Mais tarde, já casada, fomos vizinhos e inquilinos seus a rua Dr. Veloso, quando tive a felicidade de conhece-lo de perto e com ele conviver, quando já velho, aposentado e um pouco cansado, mas com a mesma lucidez e inteligência. Adorava conversar conosco e contar os casos de sua juventude, quando era cometa e cavalgava pelo sertão, com sua comitiva, cheio de entusiasmo e desejo de vencer. Tinha especial admiração por Armênio e, todos os domingos, esperava-o em sua casa para um uísque antes do almoço. Fazia disso um capricho que o Armênio procurava atender, o que muito o alegrava. Sempre que chegava à porta, ele estava na varanda tomando sol. Fazia-me várias perguntas, inclusive se já estava ganhando mais e trabalhando menos, pois achava o salário de professor uma injustiça.
Certa vez, ele disse-me:
- Dona Ruth, acho que vou aumentar o aluguel da sua casa. Está muito barato. Não dá nem para a Célia comprar um vestido (Célia era sua filha caçula).
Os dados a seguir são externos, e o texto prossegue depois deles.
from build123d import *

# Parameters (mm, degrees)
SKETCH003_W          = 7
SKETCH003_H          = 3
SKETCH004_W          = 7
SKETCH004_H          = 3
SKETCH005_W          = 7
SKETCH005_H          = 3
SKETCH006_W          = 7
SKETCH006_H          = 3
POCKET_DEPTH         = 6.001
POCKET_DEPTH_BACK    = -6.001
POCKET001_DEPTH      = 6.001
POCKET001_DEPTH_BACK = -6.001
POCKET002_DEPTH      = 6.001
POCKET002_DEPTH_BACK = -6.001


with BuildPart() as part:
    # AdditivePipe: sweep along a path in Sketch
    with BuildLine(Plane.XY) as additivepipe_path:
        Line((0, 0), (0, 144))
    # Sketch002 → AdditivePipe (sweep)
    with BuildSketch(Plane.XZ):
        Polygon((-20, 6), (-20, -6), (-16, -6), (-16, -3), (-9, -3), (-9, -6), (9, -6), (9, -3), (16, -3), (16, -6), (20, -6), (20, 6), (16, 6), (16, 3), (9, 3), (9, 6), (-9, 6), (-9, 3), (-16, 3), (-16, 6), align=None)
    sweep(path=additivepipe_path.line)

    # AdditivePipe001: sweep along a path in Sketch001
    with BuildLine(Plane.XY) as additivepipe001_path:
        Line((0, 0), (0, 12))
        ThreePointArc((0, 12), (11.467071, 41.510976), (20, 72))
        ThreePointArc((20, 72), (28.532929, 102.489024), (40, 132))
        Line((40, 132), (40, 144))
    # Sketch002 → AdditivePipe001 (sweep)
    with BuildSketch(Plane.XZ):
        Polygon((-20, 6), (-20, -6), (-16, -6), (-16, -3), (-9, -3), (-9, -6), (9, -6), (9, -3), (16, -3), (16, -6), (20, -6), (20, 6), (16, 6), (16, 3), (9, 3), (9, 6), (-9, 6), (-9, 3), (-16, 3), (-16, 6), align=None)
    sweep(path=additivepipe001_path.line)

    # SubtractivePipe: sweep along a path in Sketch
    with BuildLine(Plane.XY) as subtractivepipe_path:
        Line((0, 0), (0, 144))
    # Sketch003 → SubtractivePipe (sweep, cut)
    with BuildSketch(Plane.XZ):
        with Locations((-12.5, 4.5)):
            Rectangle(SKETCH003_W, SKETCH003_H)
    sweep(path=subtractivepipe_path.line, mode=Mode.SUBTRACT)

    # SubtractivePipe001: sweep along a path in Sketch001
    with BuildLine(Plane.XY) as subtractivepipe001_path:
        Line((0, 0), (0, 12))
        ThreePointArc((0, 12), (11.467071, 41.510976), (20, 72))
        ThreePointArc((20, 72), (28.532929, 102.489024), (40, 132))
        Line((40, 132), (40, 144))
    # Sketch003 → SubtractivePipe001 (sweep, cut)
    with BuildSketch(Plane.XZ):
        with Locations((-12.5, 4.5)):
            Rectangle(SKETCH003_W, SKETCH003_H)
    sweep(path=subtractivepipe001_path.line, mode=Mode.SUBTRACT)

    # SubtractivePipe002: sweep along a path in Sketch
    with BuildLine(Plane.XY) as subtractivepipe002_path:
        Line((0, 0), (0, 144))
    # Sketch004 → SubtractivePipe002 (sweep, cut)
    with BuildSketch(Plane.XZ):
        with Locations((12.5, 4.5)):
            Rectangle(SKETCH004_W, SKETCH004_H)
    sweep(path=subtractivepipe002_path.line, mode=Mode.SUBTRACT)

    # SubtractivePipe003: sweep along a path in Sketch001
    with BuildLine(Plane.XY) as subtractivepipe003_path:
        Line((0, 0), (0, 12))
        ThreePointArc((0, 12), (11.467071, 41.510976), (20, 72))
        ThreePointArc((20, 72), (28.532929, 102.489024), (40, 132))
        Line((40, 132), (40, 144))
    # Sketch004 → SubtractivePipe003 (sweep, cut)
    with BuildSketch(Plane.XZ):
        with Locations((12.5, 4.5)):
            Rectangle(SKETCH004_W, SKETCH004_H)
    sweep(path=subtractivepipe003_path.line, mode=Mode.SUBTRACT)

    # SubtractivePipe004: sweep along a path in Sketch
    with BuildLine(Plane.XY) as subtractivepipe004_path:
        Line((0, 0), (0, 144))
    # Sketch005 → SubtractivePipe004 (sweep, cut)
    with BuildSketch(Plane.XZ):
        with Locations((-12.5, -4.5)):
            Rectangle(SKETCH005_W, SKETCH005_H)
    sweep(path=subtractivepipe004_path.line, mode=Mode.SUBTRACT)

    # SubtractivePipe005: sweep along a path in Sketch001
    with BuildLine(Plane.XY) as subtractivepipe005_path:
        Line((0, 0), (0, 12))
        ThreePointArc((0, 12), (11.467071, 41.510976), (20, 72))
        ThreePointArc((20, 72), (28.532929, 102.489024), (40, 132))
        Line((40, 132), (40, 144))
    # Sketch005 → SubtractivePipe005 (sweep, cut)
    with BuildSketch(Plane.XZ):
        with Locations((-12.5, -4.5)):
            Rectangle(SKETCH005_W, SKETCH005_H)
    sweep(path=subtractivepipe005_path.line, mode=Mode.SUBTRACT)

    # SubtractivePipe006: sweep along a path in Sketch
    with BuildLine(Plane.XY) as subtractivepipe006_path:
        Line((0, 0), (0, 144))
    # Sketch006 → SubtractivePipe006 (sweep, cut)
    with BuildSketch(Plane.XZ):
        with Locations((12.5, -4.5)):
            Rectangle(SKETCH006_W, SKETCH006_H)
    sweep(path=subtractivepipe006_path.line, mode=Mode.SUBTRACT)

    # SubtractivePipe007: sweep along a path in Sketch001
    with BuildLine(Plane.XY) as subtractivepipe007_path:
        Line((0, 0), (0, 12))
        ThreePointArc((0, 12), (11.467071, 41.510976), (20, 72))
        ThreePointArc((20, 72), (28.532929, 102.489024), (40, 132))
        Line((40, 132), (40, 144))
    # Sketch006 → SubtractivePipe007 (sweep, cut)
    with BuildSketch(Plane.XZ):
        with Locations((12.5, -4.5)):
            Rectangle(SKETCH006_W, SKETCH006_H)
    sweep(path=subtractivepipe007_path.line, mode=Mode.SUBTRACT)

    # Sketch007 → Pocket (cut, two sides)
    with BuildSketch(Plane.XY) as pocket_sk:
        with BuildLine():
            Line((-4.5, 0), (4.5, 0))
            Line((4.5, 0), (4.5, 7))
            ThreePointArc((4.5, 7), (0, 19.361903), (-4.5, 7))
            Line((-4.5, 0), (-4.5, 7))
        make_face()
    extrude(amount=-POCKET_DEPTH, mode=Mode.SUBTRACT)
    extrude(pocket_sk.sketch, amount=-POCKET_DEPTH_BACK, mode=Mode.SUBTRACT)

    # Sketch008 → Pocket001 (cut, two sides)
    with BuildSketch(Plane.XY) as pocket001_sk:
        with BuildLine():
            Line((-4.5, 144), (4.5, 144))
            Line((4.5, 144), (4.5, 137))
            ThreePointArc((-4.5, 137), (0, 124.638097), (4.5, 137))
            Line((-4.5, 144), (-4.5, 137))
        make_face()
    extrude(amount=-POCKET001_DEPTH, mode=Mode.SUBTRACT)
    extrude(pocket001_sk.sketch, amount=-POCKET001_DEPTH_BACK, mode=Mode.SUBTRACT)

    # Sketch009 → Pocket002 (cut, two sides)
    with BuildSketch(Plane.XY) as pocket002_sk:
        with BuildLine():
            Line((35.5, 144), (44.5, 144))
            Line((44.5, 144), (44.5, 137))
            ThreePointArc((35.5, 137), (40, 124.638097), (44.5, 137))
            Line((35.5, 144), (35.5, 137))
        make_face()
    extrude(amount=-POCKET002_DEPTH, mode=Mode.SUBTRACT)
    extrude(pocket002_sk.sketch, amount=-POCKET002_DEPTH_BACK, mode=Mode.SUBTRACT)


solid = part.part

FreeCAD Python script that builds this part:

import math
import FreeCAD as App
import Part
import Sketcher

V = App.Vector

doc = App.newDocument("Part")
body = doc.addObject("PartDesign::Body", "Body")

# Sketch on XZ plane
sketch1 = doc.addObject("Sketcher::SketchObject", "Sketch")
body.addObject(sketch1)
sketch1.AttachmentSupport = (doc.XZ_Plane, [""])
sketch1.MapMode = "FlatFace"
sketch1.addGeometry(Part.LineSegment(V(-20, 6, 0), V(-20, -6, 0)), False)
sketch1.addGeometry(Part.LineSegment(V(-20, -6, 0), V(-16, -6, 0)), False)
sketch1.addGeometry(Part.LineSegment(V(-16, -6, 0), V(-16, -3, 0)), False)
sketch1.addGeometry(Part.LineSegment(V(-16, -3, 0), V(-9, -3, 0)), False)
sketch1.addGeometry(Part.LineSegment(V(-9, -3, 0), V(-9, -6, 0)), False)
sketch1.addGeometry(Part.LineSegment(V(-9, -6, 0), V(9, -6, 0)), False)
sketch1.addGeometry(Part.LineSegment(V(9, -6, 0), V(9, -3, 0)), False)
sketch1.addGeometry(Part.LineSegment(V(9, -3, 0), V(16, -3, 0)), False)
sketch1.addGeometry(Part.LineSegment(V(16, -3, 0), V(16, -6, 0)), False)
sketch1.addGeometry(Part.LineSegment(V(16, -6, 0), V(20, -6, 0)), False)
sketch1.addGeometry(Part.LineSegment(V(20, -6, 0), V(20, 6, 0)), False)
sketch1.addGeometry(Part.LineSegment(V(20, 6, 0), V(16, 6, 0)), False)
sketch1.addGeometry(Part.LineSegment(V(16, 6, 0), V(16, 3, 0)), False)
sketch1.addGeometry(Part.LineSegment(V(16, 3, 0), V(9, 3, 0)), False)
sketch1.addGeometry(Part.LineSegment(V(9, 3, 0), V(9, 6, 0)), False)
sketch1.addGeometry(Part.LineSegment(V(9, 6, 0), V(-9, 6, 0)), False)
sketch1.addGeometry(Part.LineSegment(V(-9, 6, 0), V(-9, 3, 0)), False)
sketch1.addGeometry(Part.LineSegment(V(-9, 3, 0), V(-16, 3, 0)), False)
sketch1.addGeometry(Part.LineSegment(V(-16, 3, 0), V(-16, 6, 0)), False)
sketch1.addGeometry(Part.LineSegment(V(-16, 6, 0), V(-20, 6, 0)), False)
sketch1.addConstraint(Sketcher.Constraint("Coincident", 0, 2, 1, 1))
sketch1.addConstraint(Sketcher.Constraint("Coincident", 1, 2, 2, 1))
sketch1.addConstraint(Sketcher.Constraint("Coincident", 2, 2, 3, 1))
sketch1.addConstraint(Sketcher.Constraint("Coincident", 3, 2, 4, 1))
sketch1.addConstraint(Sketcher.Constraint("Coincident", 4, 2, 5, 1))
sketch1.addConstraint(Sketcher.Constraint("Coincident", 5, 2, 6, 1))
sketch1.addConstraint(Sketcher.Constraint("Coincident", 6, 2, 7, 1))
sketch1.addConstraint(Sketcher.Constraint("Coincident", 7, 2, 8, 1))
sketch1.addConstraint(Sketcher.Constraint("Coincident", 8, 2, 9, 1))
sketch1.addConstraint(Sketcher.Constraint("Coincident", 9, 2, 10, 1))
sketch1.addConstraint(Sketcher.Constraint("Coincident", 10, 2, 11, 1))
sketch1.addConstraint(Sketcher.Constraint("Coincident", 11, 2, 12, 1))
sketch1.addConstraint(Sketcher.Constraint("Coincident", 12, 2, 13, 1))
sketch1.addConstraint(Sketcher.Constraint("Coincident", 13, 2, 14, 1))
sketch1.addConstraint(Sketcher.Constraint("Coincident", 14, 2, 15, 1))
sketch1.addConstraint(Sketcher.Constraint("Coincident", 15, 2, 16, 1))
sketch1.addConstraint(Sketcher.Constraint("Coincident", 16, 2, 17, 1))
sketch1.addConstraint(Sketcher.Constraint("Coincident", 17, 2, 18, 1))
sketch1.addConstraint(Sketcher.Constraint("Coincident", 18, 2, 19, 1))
sketch1.addConstraint(Sketcher.Constraint("Coincident", 19, 2, 0, 1))
sketch1.addConstraint(Sketcher.Constraint("Vertical", 0))
sketch1.addConstraint(Sketcher.Constraint("Horizontal", 1))
sketch1.addConstraint(Sketcher.Constraint("Vertical", 2))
Eu concordei plenamente. Era realmente muito barato.
- Quanto a senhora pode pagar?
Nessa época era cem cruzeiros o aluguel. Então propus pagar-lhe quinhentos cruzeiros.
Ele ficou horrorizado e nervoso, passou-me uma grande descompostura, dizendo-me:
- A senhora está muito rica, é o que parece, e até um pouco atrevida. A senhora vai pagar só duzentos cruzeiros, nem um tostão a mais.
Posso assegurar, por experiência própria, foi o melhor e o mais consciencioso senhorio que existiu nesta terra. Se ainda fosse vivo, por certo estaria muito chocado e desiludido com o nosso meio comercial de hoje, cujos cambalachos e explorações estão chegando ao auge.
Ele que foi tão justo, tão honesto, por certo, sentir-se-ia terrivelmente envergonhado diante deste caos.
Mas ele se foi, para tristeza nossa e de todos que o conheceram, com ele conviveram e dele receberam tantos favores e provas de amizade.
Deixou marcas indeléveis na nossa sociedade, as quais oi tempo jamais conseguirá apagar.
Entretanto, de onde está, deve sentir-se alegre e feliz vendo que seus filhos não foram corrompidos e procuram seguir seu exemplo, com a mesma honestidade, dinamismo e liderança (cooperando e trabalhando pela nossa cidade), tacos característicos de um homem de fibra!


(N. da Redação do montesclaros.com: Ruth Tupinambá Graça, de 94 anos, é atualmente a mais importante memorialista de M. Claros. Nasceu aqui, viveu aqui, e conta as histórias da cidade com uma leveza que a distingue de todos, ao mesmo tempo em que é reconhecida pelo rigor e pela qualidade da sua memória. Mantém-se extraordinariamente ativa, viajando por toda parte, cuidando de filhos, netos e bisnetos, sem descuidar dos escritos que invariavelmente contemplam a sua cidade de criança, um burgo de não mais que 3 mil habitantes, no início do século passado. É merecidamente reverenciada por muitos como a Cora Coralina de Montes Claros, pelo alto, limpo e espontâneo lirismo de suas narrativas).